-- Source data follows --

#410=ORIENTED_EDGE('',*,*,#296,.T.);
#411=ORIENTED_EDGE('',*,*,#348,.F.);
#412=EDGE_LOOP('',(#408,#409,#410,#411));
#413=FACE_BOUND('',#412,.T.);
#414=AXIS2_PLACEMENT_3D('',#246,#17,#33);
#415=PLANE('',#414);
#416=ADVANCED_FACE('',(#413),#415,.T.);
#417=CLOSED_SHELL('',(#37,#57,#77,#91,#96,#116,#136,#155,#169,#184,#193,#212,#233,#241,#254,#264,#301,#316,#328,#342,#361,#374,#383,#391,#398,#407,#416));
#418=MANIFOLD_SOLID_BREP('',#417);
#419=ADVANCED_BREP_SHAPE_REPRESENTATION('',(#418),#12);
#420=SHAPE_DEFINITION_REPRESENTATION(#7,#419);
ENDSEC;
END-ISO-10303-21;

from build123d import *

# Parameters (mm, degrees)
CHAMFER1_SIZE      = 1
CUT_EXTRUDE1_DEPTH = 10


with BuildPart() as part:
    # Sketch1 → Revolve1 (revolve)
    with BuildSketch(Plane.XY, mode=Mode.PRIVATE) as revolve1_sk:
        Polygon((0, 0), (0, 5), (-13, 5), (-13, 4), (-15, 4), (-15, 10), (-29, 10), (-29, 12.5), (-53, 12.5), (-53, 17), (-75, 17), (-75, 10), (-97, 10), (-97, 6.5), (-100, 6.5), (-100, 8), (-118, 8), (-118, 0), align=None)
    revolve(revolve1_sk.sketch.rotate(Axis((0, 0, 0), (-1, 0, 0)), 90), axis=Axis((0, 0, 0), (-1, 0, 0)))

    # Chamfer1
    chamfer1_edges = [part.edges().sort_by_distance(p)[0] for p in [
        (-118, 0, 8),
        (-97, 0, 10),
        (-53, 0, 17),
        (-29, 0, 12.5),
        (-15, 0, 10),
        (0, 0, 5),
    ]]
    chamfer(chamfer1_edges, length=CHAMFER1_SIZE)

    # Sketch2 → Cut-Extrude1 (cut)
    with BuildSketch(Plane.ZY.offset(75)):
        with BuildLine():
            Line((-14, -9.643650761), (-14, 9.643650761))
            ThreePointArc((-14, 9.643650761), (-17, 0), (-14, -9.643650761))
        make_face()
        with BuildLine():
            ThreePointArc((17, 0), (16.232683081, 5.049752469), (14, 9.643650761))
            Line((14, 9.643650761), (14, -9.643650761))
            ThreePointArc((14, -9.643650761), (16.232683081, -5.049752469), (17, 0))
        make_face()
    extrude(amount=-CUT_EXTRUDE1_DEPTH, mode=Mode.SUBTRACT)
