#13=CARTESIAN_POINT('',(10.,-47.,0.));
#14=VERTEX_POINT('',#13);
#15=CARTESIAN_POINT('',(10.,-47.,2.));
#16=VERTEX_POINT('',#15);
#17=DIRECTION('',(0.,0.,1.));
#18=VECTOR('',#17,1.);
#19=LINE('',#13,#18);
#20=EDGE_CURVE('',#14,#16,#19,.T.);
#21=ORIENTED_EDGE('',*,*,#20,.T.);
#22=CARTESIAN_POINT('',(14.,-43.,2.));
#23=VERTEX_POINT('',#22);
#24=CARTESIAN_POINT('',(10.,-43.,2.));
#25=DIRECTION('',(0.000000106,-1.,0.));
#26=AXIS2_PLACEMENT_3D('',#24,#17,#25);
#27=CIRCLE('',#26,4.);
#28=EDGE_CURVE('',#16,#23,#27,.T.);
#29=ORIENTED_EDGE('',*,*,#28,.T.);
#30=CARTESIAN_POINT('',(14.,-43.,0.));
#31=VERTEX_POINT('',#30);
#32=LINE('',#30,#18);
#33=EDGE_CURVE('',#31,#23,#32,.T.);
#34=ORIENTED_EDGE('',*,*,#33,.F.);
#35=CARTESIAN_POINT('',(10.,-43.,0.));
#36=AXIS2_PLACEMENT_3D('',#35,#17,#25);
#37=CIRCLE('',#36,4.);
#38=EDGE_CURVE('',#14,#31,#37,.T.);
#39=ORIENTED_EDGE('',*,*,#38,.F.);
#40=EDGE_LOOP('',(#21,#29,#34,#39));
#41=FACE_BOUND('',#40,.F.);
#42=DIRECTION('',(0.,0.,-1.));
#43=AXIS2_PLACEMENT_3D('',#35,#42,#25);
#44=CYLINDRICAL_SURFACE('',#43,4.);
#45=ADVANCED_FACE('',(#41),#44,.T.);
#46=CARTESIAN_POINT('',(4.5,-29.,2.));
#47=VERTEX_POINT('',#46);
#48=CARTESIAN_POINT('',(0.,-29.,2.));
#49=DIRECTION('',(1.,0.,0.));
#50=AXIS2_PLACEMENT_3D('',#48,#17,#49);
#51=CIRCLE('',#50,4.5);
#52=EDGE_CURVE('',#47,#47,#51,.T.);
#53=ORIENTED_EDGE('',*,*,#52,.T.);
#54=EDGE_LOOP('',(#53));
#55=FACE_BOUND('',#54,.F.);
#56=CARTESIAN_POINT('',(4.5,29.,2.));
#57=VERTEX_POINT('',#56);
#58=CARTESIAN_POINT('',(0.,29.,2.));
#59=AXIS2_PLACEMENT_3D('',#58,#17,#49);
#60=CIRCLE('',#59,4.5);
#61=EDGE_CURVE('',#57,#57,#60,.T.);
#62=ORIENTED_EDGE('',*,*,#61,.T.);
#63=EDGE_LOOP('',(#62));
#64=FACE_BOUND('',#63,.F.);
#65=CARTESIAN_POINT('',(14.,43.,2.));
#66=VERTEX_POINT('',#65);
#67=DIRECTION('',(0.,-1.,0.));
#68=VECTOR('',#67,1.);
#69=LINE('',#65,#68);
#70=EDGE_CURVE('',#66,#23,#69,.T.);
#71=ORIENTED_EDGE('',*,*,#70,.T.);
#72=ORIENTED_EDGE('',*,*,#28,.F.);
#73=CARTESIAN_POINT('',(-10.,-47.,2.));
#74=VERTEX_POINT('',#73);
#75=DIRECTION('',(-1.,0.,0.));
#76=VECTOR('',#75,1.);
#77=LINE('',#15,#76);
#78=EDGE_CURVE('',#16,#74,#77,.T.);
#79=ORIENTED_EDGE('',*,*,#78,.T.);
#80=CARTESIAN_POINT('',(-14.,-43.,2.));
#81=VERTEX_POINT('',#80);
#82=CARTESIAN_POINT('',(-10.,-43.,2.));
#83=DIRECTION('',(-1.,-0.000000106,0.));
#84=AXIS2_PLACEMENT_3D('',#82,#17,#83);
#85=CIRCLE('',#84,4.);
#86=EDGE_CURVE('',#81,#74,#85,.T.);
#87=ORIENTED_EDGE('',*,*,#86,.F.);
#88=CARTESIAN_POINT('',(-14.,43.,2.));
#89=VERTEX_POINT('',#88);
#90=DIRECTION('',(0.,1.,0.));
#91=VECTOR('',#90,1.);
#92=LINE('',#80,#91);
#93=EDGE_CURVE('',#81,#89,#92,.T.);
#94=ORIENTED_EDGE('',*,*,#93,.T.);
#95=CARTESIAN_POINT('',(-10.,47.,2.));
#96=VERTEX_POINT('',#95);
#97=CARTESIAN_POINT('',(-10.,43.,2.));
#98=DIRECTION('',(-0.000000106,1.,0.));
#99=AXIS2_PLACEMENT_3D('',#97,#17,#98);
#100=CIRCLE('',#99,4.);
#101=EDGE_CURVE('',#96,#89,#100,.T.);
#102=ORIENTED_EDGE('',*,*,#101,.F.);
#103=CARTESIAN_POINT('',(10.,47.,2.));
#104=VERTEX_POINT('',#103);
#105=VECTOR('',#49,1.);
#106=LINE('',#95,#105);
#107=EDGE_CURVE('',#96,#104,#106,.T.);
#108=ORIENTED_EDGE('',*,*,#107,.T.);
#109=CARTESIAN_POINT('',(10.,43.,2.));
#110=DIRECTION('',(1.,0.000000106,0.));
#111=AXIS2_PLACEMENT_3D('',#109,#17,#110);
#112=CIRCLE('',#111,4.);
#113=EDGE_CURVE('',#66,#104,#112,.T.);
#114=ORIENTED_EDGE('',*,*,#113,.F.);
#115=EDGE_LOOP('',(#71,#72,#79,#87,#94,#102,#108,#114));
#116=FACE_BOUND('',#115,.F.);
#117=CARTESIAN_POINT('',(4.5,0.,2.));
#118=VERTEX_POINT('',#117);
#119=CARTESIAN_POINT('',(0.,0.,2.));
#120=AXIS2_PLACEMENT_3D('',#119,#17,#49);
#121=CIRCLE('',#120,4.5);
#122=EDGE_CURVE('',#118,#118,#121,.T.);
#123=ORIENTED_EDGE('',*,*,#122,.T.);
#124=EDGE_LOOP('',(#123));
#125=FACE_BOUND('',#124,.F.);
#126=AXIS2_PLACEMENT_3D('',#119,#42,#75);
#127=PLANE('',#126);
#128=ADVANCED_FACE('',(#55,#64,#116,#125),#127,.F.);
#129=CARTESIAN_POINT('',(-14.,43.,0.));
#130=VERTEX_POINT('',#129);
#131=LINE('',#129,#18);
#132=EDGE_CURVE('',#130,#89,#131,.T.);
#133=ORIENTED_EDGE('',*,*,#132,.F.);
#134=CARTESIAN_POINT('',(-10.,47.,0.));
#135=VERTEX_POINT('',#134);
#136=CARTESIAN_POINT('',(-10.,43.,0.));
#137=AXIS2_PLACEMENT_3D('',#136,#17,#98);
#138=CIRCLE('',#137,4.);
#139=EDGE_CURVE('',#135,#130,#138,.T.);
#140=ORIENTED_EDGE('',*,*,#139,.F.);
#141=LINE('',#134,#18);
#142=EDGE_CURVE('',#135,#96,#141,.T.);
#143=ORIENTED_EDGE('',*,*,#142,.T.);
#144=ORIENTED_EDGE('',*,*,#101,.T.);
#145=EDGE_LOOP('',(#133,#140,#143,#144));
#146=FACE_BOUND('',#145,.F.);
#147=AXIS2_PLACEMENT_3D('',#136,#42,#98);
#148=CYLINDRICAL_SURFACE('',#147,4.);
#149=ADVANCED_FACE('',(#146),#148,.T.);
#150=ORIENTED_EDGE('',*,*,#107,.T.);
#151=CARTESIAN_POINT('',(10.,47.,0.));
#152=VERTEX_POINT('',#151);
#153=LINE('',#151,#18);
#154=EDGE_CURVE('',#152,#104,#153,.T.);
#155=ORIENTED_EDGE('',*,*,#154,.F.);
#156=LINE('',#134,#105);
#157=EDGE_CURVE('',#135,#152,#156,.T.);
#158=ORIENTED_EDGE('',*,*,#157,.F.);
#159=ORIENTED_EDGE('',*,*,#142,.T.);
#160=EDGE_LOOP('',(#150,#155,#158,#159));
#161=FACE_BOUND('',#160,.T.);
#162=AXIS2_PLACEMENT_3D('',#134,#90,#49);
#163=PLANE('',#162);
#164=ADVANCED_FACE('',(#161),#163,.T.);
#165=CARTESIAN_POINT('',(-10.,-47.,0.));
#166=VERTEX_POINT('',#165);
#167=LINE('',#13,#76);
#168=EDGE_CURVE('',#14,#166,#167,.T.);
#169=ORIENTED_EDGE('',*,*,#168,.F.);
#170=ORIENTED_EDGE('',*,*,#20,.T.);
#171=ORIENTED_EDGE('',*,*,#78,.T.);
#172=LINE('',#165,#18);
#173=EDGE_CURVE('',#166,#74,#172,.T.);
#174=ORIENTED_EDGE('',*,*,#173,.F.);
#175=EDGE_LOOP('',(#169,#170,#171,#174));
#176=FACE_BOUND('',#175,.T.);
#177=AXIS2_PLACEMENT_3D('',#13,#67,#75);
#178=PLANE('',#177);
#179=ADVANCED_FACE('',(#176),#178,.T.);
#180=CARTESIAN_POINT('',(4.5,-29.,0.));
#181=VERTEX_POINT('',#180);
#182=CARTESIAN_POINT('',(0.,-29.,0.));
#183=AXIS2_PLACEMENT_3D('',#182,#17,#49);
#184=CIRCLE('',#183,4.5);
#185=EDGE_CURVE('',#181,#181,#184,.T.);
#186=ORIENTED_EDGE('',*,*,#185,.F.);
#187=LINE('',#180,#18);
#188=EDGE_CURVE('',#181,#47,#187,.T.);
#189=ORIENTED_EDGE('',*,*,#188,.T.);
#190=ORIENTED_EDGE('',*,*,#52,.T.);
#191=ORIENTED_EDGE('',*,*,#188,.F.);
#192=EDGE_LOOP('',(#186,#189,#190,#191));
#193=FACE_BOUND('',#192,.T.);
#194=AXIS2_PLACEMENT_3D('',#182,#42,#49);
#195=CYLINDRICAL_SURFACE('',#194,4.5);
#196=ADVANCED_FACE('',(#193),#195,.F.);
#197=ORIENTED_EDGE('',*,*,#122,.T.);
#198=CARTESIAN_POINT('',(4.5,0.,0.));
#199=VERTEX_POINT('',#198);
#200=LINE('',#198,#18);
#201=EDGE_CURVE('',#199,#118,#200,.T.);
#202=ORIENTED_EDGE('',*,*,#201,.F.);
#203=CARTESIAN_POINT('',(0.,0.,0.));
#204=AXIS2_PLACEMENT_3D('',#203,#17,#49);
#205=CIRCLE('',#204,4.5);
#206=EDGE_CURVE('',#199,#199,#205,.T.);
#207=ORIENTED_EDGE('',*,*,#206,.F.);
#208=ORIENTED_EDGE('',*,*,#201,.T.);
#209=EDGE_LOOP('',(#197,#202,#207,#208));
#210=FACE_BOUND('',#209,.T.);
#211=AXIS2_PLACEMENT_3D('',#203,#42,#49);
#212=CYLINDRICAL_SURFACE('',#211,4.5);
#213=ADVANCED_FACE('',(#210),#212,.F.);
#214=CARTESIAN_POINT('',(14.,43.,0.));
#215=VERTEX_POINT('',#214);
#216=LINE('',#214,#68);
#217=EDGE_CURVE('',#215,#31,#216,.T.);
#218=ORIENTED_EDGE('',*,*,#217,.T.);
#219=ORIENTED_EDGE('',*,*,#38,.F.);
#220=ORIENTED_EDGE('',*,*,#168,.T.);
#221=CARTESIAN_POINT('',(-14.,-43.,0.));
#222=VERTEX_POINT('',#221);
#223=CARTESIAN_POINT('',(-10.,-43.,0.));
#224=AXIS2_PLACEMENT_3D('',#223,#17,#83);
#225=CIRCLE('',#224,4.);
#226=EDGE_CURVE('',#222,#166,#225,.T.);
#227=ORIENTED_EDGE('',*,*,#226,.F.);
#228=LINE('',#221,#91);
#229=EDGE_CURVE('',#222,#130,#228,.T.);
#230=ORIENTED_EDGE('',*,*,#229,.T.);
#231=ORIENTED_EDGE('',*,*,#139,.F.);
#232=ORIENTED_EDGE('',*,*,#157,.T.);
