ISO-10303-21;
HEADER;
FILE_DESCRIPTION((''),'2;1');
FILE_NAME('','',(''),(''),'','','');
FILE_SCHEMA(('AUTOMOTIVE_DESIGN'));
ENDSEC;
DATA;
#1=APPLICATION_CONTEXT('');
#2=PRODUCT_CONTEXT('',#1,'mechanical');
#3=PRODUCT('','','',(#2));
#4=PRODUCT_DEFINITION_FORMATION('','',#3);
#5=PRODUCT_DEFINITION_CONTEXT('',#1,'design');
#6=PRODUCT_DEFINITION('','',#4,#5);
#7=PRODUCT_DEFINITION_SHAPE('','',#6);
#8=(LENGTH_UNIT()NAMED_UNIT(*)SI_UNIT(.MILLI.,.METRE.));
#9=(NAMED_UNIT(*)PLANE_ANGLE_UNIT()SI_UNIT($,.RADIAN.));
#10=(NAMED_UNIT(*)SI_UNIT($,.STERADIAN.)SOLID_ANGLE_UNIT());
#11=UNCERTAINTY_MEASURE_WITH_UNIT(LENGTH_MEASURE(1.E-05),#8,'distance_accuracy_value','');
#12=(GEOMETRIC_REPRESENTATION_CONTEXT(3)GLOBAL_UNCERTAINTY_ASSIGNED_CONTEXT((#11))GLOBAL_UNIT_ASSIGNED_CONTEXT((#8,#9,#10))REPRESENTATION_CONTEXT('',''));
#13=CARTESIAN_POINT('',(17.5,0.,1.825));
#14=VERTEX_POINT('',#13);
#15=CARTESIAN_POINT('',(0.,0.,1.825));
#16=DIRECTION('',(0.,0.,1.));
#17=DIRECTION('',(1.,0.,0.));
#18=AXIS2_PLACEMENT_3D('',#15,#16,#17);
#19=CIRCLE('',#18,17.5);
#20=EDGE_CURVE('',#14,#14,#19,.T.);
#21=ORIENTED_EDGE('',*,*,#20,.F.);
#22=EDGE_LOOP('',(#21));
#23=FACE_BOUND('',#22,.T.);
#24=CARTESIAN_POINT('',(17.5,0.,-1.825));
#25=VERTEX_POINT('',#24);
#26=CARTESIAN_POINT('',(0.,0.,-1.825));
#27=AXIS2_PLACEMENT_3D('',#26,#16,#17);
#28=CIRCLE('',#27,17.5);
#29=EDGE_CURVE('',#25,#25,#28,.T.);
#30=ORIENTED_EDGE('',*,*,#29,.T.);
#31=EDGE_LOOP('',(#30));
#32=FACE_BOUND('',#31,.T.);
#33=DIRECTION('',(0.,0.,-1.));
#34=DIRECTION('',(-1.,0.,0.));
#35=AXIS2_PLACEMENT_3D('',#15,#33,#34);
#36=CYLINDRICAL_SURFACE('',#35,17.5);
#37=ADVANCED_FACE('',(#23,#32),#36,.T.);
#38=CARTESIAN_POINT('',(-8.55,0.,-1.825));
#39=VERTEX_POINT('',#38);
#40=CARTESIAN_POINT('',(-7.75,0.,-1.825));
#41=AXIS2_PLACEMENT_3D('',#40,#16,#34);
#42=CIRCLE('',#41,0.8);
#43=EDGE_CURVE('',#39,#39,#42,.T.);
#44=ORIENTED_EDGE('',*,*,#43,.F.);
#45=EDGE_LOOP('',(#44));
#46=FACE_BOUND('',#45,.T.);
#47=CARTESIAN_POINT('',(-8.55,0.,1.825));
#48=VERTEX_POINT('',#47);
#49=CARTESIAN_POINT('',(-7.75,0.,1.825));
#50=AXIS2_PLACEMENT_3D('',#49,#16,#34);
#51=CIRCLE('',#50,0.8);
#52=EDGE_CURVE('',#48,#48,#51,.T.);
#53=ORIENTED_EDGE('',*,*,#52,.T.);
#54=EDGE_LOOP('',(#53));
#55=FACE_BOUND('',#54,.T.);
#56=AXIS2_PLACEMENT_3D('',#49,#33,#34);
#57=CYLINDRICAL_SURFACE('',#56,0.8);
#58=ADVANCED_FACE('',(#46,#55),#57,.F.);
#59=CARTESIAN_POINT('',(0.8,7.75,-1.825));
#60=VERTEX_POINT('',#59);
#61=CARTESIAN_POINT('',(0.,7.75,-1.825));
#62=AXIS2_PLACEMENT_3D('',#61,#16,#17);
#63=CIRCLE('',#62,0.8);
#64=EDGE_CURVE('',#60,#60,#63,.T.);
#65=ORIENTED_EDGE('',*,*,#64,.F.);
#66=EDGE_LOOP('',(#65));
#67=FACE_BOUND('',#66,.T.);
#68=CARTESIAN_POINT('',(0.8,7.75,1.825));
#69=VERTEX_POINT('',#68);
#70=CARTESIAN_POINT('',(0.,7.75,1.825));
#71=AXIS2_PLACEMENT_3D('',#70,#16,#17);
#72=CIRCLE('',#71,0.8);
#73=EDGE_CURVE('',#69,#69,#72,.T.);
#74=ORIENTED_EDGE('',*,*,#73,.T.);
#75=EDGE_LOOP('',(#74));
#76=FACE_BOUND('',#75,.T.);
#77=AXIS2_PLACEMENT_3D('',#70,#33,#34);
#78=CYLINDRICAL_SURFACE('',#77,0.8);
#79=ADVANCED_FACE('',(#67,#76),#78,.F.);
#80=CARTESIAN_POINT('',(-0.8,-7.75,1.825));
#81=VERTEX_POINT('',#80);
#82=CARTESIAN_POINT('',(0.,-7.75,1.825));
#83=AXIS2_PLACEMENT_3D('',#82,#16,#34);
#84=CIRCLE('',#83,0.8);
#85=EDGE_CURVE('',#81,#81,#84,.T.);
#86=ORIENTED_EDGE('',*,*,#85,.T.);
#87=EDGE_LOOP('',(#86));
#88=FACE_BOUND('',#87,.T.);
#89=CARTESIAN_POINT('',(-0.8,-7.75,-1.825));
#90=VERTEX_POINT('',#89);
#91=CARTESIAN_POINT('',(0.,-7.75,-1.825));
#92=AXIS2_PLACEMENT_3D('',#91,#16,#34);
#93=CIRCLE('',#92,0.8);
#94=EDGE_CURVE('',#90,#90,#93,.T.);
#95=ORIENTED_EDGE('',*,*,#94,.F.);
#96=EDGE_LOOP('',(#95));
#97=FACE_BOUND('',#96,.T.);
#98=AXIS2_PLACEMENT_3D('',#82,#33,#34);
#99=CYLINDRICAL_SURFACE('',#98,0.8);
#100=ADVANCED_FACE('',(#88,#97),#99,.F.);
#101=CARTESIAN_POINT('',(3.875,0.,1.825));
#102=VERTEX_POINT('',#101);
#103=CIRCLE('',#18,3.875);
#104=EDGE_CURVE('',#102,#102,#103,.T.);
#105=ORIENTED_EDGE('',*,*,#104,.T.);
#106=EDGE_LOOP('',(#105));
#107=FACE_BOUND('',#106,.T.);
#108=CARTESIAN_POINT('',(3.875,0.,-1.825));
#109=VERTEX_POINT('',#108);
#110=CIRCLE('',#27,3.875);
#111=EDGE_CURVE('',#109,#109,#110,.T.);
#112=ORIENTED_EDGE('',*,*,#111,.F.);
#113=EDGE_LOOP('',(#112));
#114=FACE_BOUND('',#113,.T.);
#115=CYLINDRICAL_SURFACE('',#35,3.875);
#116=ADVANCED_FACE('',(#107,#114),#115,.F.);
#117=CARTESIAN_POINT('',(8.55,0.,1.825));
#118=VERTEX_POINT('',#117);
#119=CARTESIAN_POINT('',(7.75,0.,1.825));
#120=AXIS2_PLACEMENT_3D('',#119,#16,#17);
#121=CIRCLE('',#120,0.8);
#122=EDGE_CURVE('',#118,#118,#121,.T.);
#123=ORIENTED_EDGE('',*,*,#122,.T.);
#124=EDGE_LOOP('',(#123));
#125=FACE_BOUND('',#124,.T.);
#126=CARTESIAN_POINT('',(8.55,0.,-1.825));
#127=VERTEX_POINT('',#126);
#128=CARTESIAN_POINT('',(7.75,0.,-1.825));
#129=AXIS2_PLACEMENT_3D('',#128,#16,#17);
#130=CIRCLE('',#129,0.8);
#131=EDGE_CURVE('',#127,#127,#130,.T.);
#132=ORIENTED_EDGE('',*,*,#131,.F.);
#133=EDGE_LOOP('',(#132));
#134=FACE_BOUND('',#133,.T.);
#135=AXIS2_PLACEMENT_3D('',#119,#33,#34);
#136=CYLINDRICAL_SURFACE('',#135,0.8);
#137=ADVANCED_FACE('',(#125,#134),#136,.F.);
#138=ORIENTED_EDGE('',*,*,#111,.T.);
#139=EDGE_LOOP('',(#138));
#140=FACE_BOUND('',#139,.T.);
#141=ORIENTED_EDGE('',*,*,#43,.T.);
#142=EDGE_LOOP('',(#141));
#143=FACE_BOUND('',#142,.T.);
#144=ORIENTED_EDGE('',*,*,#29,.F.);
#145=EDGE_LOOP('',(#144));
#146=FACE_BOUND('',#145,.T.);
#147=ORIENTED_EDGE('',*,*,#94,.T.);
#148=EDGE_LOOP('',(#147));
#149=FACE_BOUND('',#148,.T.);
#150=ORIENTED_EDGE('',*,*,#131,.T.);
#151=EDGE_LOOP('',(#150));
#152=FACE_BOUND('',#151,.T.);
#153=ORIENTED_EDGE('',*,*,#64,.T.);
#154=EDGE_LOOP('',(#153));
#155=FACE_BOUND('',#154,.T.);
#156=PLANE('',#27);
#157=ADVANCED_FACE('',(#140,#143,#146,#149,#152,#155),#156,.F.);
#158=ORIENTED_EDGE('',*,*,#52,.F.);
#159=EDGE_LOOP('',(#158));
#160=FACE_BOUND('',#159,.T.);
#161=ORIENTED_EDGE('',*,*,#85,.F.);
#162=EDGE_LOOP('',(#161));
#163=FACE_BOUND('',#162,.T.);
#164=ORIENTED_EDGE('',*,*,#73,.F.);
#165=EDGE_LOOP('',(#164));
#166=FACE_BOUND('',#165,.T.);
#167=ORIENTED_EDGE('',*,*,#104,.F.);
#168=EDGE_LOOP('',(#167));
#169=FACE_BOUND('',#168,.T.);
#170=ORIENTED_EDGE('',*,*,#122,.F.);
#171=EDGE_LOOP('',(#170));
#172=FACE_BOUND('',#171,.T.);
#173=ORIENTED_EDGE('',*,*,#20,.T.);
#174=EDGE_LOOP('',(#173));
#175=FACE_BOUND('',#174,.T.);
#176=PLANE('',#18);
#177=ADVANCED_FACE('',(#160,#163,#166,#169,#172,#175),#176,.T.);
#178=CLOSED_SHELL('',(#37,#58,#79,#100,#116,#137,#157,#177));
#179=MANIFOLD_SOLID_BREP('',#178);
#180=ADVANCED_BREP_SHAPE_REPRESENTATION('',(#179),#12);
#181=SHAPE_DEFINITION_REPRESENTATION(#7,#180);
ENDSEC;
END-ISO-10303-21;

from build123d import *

# Parameters (mm, degrees)
SKETCH1_R           = 17.5
SKETCH1_R_2         = 3.875
SKETCH1_R_3         = 0.8
BOSS_EXTRUDE1_DEPTH = 1.825


with BuildPart() as part:
    # Sketch1 → Boss-Extrude1 (new, symmetric)
    with BuildSketch(Plane.XY):
        Circle(SKETCH1_R)
        Circle(SKETCH1_R_2, mode=Mode.SUBTRACT)
        with Locations((7.75, 0)):
            Circle(SKETCH1_R_3, mode=Mode.SUBTRACT)
        with Locations((0, 7.75)):
            Circle(SKETCH1_R_3, mode=Mode.SUBTRACT)
        with Locations(Location((-7.75, 0, 0), (0, 0, 180))):
            Circle(SKETCH1_R_3, mode=Mode.SUBTRACT)
        with Locations(Location((0, -7.75, 0), (0, 0, 180))):
            Circle(SKETCH1_R_3, mode=Mode.SUBTRACT)
    extrude(amount=BOSS_EXTRUDE1_DEPTH, both=True)


solid = part.part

-- Source data concluded --

▸ What you are asked to do: The lines above, starting at the one with "#142=EDGE_CURVE('',#135,#96,#141,.T.);" and ending at the one with "#148=CYLINDRICAL_SURFACE('',#147,4.);", are the only ones to return, exactly as written.

▸ Task output:
#142=EDGE_CURVE('',#135,#96,#141,.T.);
#143=ORIENTED_EDGE('',*,*,#142,.T.);
#144=ORIENTED_EDGE('',*,*,#101,.T.);
#145=EDGE_LOOP('',(#133,#140,#143,#144));
#146=FACE_BOUND('',#145,.F.);
#147=AXIS2_PLACEMENT_3D('',#136,#42,#98);
#148=CYLINDRICAL_SURFACE('',#147,4.);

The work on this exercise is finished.